By: David Woolley (davidw) 2009-12-03 11:58:49.000-0600

Actually the net result is a don't send or don't receive indication, so I think I'm going to have another renaming!
By: David Woolley (davidw) 2009-12-04 11:34:16.000-0600

My gut feeling is that one should be downgrading sendrecv to recvonly (and sendonly to inactive) if one gets a 0.0.0.0 address for the RTP.

However, it looks to me that an inbound a=sendonly or inactive can currently set a state which forces update_call_counter to be called with DEC_CALL_LIMIT during cleanup, but a 0.0.0.0 address doesn't. I'm pretty sure this test is redundant, as SIP_INC_COUNT is an alternative trigger for this behaviour and the count only actually seems to get changed if it was set. However, I'm reluctant to make 0.0.0.0 set don't-send, in case I've missed something.

(Incidentally, although the coding of the PAGE2 flags is a bit perverse (the two conditions aren't really orthogonal, and can't cope with recvonly, it shouldn't break the current code any further because the no hold state is coded as both bits clear.)
By: David Woolley (davidw) 2009-12-04 12:31:46.000-0600

There is, actually, a signficant difference from the codecs list, in that the codecs response is allowed to contain capabilities that weren't in the offer.

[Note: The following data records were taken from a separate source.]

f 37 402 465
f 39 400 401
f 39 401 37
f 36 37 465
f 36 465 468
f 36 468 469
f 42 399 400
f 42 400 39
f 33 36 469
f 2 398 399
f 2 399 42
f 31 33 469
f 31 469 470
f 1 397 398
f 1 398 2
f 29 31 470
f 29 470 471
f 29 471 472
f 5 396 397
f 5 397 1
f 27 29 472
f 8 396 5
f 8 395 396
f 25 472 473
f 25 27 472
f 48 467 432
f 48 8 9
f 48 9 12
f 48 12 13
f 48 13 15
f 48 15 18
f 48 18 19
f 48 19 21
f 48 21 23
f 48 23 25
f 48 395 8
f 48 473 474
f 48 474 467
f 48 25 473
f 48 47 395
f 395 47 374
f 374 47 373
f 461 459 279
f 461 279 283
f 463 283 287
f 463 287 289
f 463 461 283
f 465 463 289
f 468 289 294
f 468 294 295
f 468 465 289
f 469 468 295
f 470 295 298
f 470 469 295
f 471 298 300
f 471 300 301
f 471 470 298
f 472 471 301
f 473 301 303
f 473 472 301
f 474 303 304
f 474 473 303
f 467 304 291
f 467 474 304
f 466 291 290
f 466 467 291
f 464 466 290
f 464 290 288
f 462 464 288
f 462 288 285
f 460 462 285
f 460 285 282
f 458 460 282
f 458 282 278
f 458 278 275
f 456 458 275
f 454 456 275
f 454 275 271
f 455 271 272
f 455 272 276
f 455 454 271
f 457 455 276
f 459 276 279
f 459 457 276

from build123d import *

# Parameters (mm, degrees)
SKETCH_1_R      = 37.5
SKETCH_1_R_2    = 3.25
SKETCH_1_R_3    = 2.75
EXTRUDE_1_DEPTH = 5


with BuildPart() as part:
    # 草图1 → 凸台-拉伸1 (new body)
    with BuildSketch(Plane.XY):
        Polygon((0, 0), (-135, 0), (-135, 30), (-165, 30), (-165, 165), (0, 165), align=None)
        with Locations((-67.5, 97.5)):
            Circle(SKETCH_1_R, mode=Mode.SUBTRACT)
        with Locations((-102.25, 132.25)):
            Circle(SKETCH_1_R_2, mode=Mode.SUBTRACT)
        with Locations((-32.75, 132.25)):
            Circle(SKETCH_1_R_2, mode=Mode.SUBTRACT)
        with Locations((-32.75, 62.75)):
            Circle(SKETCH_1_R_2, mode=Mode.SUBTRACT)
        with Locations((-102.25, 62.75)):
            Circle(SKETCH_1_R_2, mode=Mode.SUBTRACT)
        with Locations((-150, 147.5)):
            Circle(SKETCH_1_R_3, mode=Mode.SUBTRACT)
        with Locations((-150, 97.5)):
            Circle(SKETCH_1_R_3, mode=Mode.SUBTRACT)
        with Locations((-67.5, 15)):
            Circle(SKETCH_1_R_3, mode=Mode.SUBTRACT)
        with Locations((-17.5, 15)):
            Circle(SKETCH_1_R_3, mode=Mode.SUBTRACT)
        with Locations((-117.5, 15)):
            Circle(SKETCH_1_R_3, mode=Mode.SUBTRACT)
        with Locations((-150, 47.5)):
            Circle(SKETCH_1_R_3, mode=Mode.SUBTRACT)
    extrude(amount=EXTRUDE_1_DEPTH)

On the other hand, Asterisk actually seems to err in the opposite direction, by always offering the mutually compatible codecs from the last round, even if that means they drop off one by one (code read on 1.6.1.0), and it is actually that behaviour which means one cannot directly copy the codec negotiation logic, as it would never head away from a=inactive! The trouble is that this seems to require yet another set of hold state variables in the pvt structure, or add_sdp needs to know whether it is offering or answering. (I think I will go with the latter.)
By: David Woolley (davidw) 2009-12-04 13:08:41.000-0600

Ouch. We should actually be carrying around state for each stream, or computing the lowest common denominator (i.e. if one stream is held, all are held!)

NB This is not a consequence of anything I'm trying to do. It has always been true.

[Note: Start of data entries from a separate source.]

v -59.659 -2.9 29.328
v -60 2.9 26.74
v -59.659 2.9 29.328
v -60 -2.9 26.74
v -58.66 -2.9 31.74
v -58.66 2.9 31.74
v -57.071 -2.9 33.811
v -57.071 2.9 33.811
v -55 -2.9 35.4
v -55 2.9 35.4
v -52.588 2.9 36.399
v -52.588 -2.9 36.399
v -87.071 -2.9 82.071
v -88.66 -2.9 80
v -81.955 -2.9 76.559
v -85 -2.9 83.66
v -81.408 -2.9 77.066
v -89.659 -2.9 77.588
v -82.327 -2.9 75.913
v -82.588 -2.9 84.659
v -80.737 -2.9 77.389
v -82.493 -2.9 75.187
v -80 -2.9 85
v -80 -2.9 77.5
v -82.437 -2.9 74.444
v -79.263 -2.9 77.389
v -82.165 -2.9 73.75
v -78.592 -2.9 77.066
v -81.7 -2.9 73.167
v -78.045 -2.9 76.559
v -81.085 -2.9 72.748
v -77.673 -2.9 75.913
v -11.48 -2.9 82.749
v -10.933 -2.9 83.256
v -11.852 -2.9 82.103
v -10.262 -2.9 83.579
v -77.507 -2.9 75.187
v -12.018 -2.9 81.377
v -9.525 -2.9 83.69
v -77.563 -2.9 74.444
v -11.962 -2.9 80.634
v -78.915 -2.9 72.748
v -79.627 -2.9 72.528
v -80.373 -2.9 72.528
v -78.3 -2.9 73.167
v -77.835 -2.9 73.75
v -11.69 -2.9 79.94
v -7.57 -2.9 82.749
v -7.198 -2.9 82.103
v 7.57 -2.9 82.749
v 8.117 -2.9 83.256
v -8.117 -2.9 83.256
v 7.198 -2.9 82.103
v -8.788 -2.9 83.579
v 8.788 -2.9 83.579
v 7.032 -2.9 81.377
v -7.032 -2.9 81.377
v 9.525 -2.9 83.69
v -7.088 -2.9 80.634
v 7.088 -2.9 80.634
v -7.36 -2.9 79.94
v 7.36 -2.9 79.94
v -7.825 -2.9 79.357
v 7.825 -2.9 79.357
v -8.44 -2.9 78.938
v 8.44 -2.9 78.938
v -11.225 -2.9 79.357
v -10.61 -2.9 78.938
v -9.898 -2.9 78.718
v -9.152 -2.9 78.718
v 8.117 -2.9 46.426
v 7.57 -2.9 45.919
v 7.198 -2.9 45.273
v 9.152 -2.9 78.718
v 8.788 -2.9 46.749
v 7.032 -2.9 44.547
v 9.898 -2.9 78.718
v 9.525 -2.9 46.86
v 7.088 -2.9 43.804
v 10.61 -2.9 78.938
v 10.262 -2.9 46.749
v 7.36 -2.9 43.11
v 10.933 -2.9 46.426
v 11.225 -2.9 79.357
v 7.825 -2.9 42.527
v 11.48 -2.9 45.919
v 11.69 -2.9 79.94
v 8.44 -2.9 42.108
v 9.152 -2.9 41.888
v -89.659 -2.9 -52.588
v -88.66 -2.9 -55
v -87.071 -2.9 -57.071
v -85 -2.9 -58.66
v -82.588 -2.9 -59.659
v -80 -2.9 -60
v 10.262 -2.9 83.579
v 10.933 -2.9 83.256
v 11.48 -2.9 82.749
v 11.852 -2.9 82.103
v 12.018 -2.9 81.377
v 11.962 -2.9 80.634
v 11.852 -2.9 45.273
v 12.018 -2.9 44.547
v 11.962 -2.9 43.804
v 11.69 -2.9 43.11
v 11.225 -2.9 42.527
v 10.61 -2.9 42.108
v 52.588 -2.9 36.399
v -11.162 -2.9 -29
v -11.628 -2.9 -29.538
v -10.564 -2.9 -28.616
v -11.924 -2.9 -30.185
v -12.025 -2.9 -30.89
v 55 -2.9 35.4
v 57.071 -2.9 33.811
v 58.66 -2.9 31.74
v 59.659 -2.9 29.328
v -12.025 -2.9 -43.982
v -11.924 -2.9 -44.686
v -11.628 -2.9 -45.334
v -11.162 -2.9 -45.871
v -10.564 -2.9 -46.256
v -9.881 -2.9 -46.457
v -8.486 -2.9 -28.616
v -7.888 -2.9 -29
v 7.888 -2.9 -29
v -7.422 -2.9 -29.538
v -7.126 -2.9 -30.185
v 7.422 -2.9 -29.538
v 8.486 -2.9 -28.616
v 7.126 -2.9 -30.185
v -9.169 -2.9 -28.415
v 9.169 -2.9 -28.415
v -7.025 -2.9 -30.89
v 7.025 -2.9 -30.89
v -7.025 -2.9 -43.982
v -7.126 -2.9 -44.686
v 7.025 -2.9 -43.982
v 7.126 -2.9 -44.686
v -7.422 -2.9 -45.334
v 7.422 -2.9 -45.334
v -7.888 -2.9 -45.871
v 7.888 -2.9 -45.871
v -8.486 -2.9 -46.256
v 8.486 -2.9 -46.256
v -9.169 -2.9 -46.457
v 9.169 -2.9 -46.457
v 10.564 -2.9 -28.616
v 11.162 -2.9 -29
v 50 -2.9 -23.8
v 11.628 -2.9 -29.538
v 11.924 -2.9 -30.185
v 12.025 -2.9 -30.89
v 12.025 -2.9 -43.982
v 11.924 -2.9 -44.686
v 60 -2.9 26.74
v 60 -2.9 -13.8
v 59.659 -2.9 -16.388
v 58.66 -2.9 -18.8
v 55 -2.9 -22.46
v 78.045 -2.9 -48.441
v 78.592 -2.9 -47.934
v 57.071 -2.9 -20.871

By: Leif Madsen (lmadsen) 2011-07-26 14:20:38.107-0500

Per the Asterisk maintenance timeline page at http://www.asterisk.org/asterisk-versions maintenance (bug) support for the 1.4 and 1.6.x branches has ended. For continued maintenance support please move to the 1.8 branch which is a long term support (LTS) branch. For more information about branch support, please see https://wiki.asterisk.org/wiki/display/AST/Asterisk+Versions

If this is still an issue, please open a new issue so it can be re-triaged appropriately. Thanks!